I am new to the forum. I have been looking into getting a road bike and have been leaning towards Felt's bikes. I have recently come across their F65X and like the look and tire size. My primary use of the bike qwill be fitness and plan on riding at least once a week. I understand that it is a cyclocross bike, but I like the looks of it and will be buying another set of wheels with road tires on them so I can change them out when I want. What do you all think of this bike?


----------



## Merc (Oct 9, 2011)

Anyone have any thoughts or advice?

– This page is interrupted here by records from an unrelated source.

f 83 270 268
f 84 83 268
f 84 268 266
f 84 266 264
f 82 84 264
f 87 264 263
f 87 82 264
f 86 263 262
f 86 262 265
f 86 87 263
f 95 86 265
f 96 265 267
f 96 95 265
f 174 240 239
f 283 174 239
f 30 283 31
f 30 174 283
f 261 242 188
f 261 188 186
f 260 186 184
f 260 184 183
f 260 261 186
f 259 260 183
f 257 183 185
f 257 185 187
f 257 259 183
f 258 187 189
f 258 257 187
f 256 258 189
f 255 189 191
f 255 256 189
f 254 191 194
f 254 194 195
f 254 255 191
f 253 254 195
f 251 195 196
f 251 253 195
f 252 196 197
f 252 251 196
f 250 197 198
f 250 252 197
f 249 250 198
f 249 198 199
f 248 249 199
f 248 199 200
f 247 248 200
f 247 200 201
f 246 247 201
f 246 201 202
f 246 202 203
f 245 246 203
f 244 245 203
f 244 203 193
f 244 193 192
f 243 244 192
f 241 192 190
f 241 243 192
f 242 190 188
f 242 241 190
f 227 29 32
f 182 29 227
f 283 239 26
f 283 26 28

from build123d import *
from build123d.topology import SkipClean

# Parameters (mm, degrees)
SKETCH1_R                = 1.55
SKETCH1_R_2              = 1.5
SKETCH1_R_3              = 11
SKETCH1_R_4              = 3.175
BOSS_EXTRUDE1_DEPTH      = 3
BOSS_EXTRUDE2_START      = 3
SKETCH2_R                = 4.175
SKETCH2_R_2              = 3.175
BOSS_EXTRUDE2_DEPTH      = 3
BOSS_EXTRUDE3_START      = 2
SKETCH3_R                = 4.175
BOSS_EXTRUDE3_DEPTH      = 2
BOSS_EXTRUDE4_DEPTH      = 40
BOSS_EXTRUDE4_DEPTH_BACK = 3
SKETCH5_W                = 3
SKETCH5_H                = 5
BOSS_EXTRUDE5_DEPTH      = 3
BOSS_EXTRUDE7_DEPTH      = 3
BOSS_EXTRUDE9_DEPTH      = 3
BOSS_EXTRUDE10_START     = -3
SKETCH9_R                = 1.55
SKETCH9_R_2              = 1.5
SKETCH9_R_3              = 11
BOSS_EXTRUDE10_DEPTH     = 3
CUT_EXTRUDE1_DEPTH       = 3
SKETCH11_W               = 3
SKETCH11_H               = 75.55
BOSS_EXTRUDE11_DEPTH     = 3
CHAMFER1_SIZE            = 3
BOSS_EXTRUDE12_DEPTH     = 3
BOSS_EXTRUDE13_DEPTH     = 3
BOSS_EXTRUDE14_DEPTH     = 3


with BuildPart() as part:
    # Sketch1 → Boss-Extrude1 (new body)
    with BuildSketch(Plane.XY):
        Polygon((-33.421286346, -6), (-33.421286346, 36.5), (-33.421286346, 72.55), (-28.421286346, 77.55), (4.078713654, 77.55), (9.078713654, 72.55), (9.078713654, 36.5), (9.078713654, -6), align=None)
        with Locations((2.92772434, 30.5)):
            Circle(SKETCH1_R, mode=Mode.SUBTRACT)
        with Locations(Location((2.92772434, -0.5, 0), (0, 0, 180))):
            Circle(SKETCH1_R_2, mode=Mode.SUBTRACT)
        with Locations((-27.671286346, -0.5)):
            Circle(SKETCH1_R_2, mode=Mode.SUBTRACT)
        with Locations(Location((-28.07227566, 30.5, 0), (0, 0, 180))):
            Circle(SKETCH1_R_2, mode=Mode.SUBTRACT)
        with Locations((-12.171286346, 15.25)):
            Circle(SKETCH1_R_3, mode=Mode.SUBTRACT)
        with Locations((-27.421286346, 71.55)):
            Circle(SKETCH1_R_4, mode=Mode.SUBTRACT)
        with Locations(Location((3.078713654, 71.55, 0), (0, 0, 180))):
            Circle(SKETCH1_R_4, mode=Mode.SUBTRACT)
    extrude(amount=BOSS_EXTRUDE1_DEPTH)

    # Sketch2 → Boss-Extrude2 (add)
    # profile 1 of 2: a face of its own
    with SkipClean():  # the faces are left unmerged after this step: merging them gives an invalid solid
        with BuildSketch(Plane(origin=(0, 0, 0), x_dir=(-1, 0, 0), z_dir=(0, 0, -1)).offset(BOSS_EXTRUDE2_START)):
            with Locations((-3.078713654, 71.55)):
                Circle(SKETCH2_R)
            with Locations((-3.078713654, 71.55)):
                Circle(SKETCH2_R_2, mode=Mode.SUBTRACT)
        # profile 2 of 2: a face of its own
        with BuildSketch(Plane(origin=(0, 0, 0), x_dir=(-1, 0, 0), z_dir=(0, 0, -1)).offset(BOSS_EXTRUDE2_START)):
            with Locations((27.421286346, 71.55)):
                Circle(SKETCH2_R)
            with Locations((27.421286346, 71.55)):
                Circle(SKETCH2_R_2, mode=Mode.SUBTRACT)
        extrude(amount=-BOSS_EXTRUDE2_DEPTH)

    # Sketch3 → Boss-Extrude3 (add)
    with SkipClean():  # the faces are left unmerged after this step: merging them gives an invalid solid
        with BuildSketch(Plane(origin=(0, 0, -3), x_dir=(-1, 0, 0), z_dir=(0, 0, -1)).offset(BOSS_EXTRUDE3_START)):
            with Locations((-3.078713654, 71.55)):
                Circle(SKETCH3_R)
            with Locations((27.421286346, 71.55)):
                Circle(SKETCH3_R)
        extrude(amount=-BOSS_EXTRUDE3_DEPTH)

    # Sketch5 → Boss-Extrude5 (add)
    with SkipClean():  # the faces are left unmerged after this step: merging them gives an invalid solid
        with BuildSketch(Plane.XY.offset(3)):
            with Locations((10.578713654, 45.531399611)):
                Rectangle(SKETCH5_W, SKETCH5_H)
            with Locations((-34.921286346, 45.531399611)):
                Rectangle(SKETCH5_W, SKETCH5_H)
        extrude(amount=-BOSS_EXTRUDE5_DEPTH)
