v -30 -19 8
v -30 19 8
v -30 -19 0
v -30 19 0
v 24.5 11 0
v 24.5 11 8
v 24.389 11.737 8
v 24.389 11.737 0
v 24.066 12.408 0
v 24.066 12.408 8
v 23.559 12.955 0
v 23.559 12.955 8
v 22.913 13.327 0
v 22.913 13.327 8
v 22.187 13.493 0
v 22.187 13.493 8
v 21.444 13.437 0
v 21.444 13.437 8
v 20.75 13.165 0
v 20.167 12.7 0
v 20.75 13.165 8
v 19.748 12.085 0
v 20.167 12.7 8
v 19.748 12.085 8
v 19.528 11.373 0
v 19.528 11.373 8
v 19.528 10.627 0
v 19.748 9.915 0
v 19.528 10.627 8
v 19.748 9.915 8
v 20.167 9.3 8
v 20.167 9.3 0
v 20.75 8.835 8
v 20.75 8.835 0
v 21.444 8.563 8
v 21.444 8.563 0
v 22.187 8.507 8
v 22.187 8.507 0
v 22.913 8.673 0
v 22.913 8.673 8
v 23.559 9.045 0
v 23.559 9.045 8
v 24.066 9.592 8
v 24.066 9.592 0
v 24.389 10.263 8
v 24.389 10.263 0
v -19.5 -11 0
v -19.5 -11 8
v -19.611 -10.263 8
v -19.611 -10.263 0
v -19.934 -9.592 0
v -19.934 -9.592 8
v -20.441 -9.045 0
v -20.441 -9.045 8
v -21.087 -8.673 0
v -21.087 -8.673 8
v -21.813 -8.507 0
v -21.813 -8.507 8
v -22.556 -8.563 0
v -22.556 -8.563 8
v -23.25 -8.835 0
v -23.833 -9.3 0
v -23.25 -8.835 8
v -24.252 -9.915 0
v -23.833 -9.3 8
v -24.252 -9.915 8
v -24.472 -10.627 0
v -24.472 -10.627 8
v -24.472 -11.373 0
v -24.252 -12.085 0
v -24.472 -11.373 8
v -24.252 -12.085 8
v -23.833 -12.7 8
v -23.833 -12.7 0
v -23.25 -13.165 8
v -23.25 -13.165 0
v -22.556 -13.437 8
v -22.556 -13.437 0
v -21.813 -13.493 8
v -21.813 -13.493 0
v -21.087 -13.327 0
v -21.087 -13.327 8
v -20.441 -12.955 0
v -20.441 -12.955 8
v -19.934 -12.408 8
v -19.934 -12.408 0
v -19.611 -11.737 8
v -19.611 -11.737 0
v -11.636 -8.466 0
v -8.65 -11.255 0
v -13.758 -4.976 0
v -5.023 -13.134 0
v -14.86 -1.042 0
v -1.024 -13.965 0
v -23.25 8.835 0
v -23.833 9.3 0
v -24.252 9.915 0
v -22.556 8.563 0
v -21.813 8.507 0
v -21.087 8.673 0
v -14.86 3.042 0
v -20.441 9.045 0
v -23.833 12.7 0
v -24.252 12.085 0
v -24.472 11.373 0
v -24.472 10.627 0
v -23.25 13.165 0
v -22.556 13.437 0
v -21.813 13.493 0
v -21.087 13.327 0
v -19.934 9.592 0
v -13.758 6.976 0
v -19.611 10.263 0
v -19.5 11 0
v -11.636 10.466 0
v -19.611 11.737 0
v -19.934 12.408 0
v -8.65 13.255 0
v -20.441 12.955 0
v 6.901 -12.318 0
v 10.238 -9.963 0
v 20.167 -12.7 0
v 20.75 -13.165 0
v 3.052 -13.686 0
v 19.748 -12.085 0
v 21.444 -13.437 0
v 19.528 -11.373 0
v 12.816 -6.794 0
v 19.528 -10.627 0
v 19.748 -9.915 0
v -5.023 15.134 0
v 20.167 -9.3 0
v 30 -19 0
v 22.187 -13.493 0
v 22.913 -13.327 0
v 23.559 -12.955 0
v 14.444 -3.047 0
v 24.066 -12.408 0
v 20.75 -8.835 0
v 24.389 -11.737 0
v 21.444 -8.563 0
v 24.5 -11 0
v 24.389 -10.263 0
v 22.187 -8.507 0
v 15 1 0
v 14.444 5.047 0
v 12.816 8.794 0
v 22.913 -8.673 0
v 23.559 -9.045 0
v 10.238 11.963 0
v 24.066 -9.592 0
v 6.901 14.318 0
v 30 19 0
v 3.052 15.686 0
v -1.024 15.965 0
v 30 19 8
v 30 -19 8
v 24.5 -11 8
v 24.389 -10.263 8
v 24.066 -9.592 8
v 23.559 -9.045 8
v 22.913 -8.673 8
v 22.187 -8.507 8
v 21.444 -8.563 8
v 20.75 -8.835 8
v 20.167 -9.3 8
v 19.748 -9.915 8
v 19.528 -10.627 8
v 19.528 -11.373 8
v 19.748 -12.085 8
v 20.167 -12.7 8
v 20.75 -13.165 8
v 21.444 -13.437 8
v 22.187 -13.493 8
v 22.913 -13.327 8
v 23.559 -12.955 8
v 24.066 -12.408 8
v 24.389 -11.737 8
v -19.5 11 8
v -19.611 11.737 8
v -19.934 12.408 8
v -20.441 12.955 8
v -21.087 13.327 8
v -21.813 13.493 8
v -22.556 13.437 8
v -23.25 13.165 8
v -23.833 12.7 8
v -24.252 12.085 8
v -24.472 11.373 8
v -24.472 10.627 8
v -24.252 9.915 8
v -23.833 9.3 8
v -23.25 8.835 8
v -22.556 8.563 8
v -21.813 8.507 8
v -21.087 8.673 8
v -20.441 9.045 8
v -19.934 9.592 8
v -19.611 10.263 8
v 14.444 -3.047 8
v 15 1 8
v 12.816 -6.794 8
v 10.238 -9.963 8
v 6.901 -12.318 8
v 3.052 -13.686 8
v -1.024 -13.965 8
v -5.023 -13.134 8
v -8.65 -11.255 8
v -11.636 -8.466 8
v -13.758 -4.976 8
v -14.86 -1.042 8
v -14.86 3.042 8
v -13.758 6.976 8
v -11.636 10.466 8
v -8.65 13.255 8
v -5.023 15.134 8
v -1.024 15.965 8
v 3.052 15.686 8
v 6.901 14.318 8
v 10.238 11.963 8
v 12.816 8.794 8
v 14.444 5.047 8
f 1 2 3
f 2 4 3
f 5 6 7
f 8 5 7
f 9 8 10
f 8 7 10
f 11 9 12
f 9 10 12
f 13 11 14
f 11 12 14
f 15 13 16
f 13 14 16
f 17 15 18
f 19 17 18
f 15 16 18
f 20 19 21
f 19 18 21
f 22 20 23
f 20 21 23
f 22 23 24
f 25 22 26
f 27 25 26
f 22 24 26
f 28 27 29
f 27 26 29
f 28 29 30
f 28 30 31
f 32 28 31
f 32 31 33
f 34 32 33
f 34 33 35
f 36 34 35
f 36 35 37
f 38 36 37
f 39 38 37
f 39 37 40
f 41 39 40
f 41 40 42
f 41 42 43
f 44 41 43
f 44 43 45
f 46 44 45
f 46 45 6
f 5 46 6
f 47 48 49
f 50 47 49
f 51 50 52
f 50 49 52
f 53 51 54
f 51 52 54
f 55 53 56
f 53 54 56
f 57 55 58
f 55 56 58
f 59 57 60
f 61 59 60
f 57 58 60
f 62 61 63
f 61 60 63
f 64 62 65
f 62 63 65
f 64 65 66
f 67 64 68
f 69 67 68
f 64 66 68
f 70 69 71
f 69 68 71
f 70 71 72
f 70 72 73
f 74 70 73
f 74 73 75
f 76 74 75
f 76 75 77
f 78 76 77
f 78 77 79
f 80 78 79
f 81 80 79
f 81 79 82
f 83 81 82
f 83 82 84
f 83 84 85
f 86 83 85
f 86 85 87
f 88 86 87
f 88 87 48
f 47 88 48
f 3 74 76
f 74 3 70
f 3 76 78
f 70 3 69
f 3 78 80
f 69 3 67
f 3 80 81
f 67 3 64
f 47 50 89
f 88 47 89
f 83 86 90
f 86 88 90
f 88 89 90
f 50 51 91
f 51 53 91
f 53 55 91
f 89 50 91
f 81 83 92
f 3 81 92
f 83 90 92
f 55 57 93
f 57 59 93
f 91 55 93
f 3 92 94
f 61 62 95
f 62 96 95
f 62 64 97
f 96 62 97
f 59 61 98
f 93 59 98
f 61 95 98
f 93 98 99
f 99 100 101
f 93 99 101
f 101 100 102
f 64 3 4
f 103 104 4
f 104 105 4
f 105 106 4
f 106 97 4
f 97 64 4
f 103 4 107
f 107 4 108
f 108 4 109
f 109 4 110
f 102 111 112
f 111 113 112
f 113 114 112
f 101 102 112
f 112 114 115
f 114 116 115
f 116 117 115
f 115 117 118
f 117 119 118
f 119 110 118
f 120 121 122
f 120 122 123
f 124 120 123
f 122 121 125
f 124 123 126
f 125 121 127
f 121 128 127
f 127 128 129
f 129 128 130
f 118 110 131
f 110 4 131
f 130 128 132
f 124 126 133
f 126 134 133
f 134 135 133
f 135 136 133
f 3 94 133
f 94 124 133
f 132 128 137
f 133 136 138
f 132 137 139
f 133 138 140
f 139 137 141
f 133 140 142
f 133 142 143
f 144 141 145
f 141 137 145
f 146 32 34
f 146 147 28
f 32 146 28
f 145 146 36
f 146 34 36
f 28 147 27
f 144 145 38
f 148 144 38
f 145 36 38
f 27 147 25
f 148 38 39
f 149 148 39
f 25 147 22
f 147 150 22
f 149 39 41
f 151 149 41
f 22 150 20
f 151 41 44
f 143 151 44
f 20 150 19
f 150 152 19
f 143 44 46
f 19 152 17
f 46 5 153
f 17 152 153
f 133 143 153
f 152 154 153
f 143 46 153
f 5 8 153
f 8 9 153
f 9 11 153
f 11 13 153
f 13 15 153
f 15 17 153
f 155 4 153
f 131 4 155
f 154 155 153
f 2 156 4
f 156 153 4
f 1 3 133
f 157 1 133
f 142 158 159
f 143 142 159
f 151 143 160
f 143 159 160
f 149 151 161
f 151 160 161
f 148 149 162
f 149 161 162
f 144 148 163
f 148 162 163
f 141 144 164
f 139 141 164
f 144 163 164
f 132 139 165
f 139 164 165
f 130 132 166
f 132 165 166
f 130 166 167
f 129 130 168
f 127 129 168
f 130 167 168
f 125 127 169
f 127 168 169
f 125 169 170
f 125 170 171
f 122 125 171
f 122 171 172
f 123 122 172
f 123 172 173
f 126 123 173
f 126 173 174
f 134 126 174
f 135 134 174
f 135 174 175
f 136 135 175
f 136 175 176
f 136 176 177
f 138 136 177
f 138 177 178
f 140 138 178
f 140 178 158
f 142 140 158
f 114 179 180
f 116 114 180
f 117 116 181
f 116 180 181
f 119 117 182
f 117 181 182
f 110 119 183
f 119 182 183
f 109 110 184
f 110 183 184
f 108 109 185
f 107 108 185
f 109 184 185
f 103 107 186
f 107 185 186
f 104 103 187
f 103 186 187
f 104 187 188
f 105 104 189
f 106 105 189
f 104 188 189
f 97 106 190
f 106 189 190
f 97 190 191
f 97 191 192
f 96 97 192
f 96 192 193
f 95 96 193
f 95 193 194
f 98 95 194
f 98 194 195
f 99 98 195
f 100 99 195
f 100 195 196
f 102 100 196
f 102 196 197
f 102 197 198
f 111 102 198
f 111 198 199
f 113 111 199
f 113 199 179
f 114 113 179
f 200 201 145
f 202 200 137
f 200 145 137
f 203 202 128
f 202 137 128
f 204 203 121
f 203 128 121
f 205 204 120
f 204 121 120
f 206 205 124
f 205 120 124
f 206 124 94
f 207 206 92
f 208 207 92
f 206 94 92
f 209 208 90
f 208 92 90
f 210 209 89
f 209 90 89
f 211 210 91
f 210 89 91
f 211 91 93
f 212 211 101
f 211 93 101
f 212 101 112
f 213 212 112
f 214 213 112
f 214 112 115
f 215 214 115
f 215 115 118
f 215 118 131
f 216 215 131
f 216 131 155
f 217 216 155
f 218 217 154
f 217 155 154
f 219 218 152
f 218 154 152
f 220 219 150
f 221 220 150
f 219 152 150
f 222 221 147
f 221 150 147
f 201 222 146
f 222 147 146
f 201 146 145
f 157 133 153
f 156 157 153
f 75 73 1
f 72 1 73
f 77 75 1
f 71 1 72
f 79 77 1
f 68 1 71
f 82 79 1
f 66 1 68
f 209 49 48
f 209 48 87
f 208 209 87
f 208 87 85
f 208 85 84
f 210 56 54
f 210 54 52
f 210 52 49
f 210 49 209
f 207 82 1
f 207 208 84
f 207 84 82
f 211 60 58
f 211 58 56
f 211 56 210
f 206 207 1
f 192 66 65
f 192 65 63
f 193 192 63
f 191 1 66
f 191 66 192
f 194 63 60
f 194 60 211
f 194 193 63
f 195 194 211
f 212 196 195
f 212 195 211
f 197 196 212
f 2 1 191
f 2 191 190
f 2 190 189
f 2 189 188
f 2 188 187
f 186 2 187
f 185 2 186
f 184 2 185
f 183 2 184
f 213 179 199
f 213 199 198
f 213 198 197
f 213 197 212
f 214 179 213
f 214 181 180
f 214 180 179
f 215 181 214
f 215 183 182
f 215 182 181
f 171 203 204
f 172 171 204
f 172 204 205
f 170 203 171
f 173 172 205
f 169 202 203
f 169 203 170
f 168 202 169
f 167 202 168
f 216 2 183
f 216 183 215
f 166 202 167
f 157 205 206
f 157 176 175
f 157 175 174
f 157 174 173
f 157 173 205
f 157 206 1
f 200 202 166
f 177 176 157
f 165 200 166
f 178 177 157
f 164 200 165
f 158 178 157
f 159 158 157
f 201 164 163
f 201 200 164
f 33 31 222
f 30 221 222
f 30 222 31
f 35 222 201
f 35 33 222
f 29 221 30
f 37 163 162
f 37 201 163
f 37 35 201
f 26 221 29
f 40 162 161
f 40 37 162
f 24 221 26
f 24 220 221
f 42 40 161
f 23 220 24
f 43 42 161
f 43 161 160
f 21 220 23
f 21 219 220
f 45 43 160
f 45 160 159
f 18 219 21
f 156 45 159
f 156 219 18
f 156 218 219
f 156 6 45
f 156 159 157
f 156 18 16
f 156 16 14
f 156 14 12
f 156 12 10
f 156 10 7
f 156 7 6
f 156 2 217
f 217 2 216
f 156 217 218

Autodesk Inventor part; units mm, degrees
ref_plane "YZ Plane" through (0, 0, 0) normal (1, 0, 0) x (0, 1, 0)
ref_plane "XZ Plane" through (0, 0, 0) normal (0, 1, 0) x (-1, 0, 0)
ref_plane "XY Plane" through (0, 0, 0) normal (0, 0, 1) x (1, 0, 0)
sketch "Szkic1" plane through (0, 0, 0) normal (0, 0, 1) x (1, 0, 0)
  line L0 (-30, -19) -> (30, -19)
  line L1 (30, -19) -> (30, 19)
  line L2 (30, 19) -> (-30, 19)
  line L3 (-30, 19) -> (-30, -19)
  line L4 (-30, -19) -> (30, 19) construction
  line L5 (30, -19) -> (-30, 19) construction
  line L6 (0, 19) -> (0, 1)
  circle A0 centre (0, 1) radius 15
  point P0 (0, 0)
  dimension "d0" = 60
  dimension "d1" = 38
  dimension "d2" = 18
  dimension "d3" = 30
extrude "Wyciągnięcie proste1" add sketch "Szkic1" along normal blind 8
sketch "Szkic2" plane through (0, 0, 8) normal (0, 0, 1) x (1, 0, 0)
  circle A0 centre (0, 1) radius 15 projected
  line L0 (-30, -19) -> (30, -19) projected
  line L1 (30, -19) -> (30, 19) projected
  line L2 (30, 19) -> (-30, 19) projected
  line L3 (-30, 19) -> (-30, -19) projected
  line L4 (-30, 19) -> (-30, -19) projected
  line L5 (-30, 19) -> (-22, 19)
  line L6 (30, 19) -> (-30, 19) projected
  line L7 (-22, 19) -> (-22, -19)
  line L8 (30, 19) -> (22, 19)
  line L9 (22, 19) -> (22, -19)
  line L10 (-22, 19) -> (-22, 11)
  line L11 (-22, -19) -> (-22, -11)
  line L12 (22, 19) -> (22, 11)
  line L13 (22, -19) -> (22, -11)
  circle A1 centre (-22, 11) radius 2.5
  circle A2 centre (-22, -11) radius 2.5
  circle A3 centre (22, 11) radius 2.5
  circle A4 centre (22, -11) radius 2.5
  point P0 (0, 0)
  dimension "d6" = 8
  dimension "d7" = 8
  dimension "d8" = 8
  dimension "d9" = 8
  dimension "d10" = 8
  dimension "d11" = 8
  dimension "d12" = 5
  dimension "d13" = 5
  dimension "d14" = 5
  dimension "d15" = 5
extrude "Wyciągnięcie proste2" cut sketch "Szkic2" against normal up to next contours A2 L7 | L7 A2 | A4 L9 | L9 A4 | A1 L7 | L7 A1 | A3 L9 | L9 A3
properties part number "Uchwyt silnika krokowego osi X - płaski (blacha łożyska)"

Has anyone purchased this bike?


----------



## sherlock (Aug 6, 2011)

Try asking in the Cyclocross forum?


----------



## Merc (Oct 9, 2011)

Will do, I just thought that since this thread is for Felts then someone would have might made a comment.


----------



## sherlock (Aug 6, 2011)

I think the Cyclocross stuff is still pretty niche, hence the lack of responses. Saying that, if I was stationed away on a mining project, the F65X would be on my list!


----------



## scottzj (Oct 4, 2010)

Well as stated this seems to be more of the road Felt guys than anything. However I think that bike is a basic level cyclocross one and of course its a Felt so must be good HAHA.


----------



## highlander179 (Sep 12, 2011)

Its a '12 model and wont be available until mid November. Nobody has it yet. I have a deposit on one... I'll let you know.


----------



## thebikingcello (Feb 3, 2011)

you'll have to get a custom set of road wheels built from a nice shop because of the hub spacing in the back and for the disc brakes. 

You can put some skinny 23c tires on those wheels, those will fit. Maybe you can get into CROSS RACING!!!!!!!


----------



## Merc (Oct 9, 2011)

Maybe


----------